„Karen Pirie – Echo einer Mordnacht“ mit Lauren Lyle verzichtet auf Sozialkunde und Serienmörder – Review

Humor, Spannung und schottisches Flair prägen Krimi nach Bestseller von Val McDermid

Stefan Genrich
Rezension von Stefan Genrich – 23.07.2023, 12:36 Uhr

DS Karen Pirie (Lauren Lyle) und ihr Assistent DC Jason Murray (Chris Jenks) ermitteln in einem alten Mordfall. – Bild: ZDF / Ryan Kernaghan
DS Karen Pirie (Lauren Lyle) und ihr Assistent DC Jason Murray (Chris Jenks) ermitteln in einem alten Mordfall.

Der Sozialkundeunterricht und die Witzeparade bleiben im „Tatort“: Sie haben nichts im neuen Dreiteiler aus dem Vereinigten Königreich zu suchen. Ebenso pausieren skurrile Typen aus „Inspector Barnaby“ und Serienmörder zum Beispiel aus „Mindhunter“. Wie bei Agatha Christie lautet die entscheidende Frage: Wer hat es getan? Ein Bestseller von Val McDermid liefert die Vorlage für „Karen Pirie – Echo einer Mordnacht“. Bei den Briten ist die Verfilmung eingeschlagen, sodass der Sender ITV eine Fortsetzung bestellt hat. Ein Jahr nach der Premiere kann der Auftakt zur Reihe jetzt das deutsche Publikum beeindrucken – in jeweils knapp 90 Minuten am späten Sonntagabend im ZDF. Auf Anweisung wirft Detective Sergeant Karen Pirie einen Blick in die Akten eines Falls, der vor 25 Jahren den schottischen Küstenort St. Andrews aufgeregt hat. Die Ermittlungen zum Tod einer Kellnerin führen zu unerwarteten Konsequenzen.

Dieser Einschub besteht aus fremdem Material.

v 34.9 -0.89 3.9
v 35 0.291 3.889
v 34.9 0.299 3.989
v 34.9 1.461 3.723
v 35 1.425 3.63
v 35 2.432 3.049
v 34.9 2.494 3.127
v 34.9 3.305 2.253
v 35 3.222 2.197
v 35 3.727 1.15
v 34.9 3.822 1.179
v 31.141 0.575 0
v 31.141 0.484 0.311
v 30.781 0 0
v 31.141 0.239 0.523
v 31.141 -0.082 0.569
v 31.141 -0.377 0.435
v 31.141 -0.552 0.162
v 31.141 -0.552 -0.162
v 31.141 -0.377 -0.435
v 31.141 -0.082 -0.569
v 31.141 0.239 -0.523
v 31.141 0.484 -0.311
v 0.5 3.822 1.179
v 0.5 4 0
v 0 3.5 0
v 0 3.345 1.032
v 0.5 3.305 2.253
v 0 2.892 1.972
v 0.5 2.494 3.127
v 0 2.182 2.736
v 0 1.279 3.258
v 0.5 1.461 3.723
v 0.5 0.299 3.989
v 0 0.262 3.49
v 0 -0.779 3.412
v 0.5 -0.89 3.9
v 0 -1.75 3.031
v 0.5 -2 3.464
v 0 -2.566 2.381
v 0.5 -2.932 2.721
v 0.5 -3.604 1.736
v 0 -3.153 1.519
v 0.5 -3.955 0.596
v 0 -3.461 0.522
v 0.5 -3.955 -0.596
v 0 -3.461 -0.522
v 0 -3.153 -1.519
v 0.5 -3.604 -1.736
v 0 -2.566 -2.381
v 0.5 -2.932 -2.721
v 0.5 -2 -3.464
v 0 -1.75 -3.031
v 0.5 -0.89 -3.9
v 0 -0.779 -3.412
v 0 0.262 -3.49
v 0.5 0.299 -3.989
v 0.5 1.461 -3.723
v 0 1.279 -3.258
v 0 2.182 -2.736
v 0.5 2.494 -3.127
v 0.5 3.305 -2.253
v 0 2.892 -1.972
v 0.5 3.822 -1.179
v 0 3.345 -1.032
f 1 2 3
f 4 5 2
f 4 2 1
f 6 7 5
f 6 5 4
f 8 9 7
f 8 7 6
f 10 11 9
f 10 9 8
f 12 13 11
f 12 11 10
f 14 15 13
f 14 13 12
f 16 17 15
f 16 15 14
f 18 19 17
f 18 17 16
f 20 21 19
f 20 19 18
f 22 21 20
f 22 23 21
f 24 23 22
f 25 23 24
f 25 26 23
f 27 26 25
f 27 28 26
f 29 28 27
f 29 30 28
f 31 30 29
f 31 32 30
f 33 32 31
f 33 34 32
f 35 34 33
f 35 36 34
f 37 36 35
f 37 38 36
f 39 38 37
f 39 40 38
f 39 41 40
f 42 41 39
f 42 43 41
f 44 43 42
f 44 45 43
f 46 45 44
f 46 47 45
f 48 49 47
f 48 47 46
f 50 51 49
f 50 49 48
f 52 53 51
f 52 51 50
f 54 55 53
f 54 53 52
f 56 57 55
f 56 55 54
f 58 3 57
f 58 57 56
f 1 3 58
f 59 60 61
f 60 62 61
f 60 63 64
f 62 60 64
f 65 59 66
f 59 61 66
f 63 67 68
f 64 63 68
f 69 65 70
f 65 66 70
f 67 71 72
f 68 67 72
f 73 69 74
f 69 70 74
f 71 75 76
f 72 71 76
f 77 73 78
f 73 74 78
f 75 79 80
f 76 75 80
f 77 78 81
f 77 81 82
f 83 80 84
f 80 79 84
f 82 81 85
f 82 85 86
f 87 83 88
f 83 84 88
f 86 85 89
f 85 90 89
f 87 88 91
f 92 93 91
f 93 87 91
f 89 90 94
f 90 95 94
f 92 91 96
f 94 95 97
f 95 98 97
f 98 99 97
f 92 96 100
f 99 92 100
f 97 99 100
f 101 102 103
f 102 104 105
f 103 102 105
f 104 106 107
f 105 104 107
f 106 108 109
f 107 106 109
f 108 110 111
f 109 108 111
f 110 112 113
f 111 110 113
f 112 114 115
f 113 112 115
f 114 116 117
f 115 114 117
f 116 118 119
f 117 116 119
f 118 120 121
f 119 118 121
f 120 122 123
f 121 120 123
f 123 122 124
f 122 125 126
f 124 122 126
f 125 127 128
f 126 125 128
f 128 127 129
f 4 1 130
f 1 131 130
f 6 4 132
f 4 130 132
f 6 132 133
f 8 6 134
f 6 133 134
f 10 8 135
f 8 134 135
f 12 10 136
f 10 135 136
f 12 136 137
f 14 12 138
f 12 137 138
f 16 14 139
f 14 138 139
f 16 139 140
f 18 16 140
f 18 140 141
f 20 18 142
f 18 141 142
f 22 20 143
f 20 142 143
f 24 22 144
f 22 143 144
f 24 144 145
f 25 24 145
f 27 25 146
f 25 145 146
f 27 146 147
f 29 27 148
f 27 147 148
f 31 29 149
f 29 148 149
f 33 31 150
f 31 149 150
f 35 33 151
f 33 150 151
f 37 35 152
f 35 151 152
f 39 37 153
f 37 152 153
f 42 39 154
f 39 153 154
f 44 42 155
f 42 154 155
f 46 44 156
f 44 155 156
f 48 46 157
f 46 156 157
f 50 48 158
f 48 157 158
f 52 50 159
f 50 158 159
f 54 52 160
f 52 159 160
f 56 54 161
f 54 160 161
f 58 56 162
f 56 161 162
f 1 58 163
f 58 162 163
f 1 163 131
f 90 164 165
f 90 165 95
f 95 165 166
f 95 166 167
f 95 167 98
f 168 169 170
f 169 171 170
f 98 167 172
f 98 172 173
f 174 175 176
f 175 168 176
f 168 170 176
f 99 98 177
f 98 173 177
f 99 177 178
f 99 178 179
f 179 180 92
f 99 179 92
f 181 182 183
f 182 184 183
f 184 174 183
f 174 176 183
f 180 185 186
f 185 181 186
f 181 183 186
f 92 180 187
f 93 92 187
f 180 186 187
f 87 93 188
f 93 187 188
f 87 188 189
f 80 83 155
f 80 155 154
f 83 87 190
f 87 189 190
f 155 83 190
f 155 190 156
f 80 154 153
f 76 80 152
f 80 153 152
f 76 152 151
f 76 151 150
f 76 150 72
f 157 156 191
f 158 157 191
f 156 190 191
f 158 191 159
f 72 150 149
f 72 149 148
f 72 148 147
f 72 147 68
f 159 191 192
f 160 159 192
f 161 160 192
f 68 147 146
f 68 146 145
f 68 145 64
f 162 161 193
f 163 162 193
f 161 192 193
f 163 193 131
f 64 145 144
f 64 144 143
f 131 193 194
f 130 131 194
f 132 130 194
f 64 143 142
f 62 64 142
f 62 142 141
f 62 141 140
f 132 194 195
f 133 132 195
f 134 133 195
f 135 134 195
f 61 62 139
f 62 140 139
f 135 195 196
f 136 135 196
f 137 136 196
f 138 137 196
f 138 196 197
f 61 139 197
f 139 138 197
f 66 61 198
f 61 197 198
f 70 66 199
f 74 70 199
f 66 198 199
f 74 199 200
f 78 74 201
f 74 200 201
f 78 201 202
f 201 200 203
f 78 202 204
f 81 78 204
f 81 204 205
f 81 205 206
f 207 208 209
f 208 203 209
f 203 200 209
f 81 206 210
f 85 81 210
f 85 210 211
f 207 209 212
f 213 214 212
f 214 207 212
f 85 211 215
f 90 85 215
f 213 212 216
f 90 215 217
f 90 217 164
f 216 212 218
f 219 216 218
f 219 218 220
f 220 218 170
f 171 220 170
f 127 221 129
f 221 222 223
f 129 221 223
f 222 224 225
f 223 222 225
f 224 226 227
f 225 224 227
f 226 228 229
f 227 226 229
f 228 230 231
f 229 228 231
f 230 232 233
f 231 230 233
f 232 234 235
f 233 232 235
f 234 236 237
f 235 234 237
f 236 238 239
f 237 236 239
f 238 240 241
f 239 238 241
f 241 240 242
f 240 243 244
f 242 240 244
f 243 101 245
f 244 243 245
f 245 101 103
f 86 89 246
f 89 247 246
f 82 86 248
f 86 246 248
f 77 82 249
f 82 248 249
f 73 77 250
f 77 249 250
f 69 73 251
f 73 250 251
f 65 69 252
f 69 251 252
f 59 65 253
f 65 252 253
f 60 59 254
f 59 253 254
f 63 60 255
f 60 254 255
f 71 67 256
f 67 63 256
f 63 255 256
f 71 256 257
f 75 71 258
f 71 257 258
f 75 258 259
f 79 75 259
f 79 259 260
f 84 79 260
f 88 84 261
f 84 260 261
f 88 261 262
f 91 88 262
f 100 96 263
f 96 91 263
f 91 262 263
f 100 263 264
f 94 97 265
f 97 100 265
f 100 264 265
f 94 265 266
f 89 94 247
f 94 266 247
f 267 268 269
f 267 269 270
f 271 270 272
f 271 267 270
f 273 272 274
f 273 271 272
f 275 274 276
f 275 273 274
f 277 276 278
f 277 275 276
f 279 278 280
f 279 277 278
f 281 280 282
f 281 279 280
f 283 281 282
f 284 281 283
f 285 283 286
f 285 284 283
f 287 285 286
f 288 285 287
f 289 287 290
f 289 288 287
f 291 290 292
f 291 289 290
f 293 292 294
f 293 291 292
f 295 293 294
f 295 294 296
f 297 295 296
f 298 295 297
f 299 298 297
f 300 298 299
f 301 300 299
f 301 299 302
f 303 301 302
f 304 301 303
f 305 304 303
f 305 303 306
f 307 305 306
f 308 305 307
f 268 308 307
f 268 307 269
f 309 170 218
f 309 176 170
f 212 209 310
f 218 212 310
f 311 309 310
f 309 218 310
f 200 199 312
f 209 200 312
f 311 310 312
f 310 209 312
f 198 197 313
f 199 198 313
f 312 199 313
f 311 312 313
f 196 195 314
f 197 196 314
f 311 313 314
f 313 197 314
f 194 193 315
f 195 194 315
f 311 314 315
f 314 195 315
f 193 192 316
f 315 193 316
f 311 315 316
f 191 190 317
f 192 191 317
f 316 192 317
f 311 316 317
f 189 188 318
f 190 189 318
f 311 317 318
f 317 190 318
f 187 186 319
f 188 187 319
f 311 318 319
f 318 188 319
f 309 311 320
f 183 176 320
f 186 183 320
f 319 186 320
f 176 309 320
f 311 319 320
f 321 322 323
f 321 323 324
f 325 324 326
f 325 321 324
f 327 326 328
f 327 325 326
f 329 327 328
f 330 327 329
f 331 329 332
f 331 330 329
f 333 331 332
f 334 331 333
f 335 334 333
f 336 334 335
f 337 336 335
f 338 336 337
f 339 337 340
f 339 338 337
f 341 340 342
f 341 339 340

Rosie stirbt während der Fußball-EM

1996 feiern Fans in einem schottischen Pub eine Übertragung von der Fußball-Europameisterschaft. Rosie Duff (Anna Russel-Martin) bedient die Gäste. Die Kellnerin scherzt etwa mit ihren Brüdern Colin (Daniel Portman, „Game of Thrones“) und Brian (Josh Whitelaw). Wie üblich bewachen die beiden Kerle ihre kleine Schwester. Colin beobachtet wütend, dass ein Student das Mädchen anmacht. Dann verlässt dieser Schwerenöter Ziggy Malkiewicz (Jhon Lumsden) die Kneipe: In guter Stimmung wandert er zusammen mit Alex Gilby (Buom Tihngang) und Weird Mackie (Jack Hesketh) auf eine Party.

Rosie entrinnt der familiären Kontrolle, um insgeheim einen Mann zu treffen. Irgendwo im Städtchen St. Andrews faltet PC Janice Hogg (Gemma McElhinney) den besoffenen Colin zusammen. Anschließend läuft ihr Ziggy vor das Auto. Mit blutigen Händen stammelt er: Rufen Sie einen Krankenwagen – sie stirbt!. Die Polizistin erkennt die leblose Rosie auf dem nahen Friedhof einer Kirchenruine. Janice kann nicht mehr helfen. Sind Ziggy und seine beiden Begleiter am offensichtlichen Mord beteiligt?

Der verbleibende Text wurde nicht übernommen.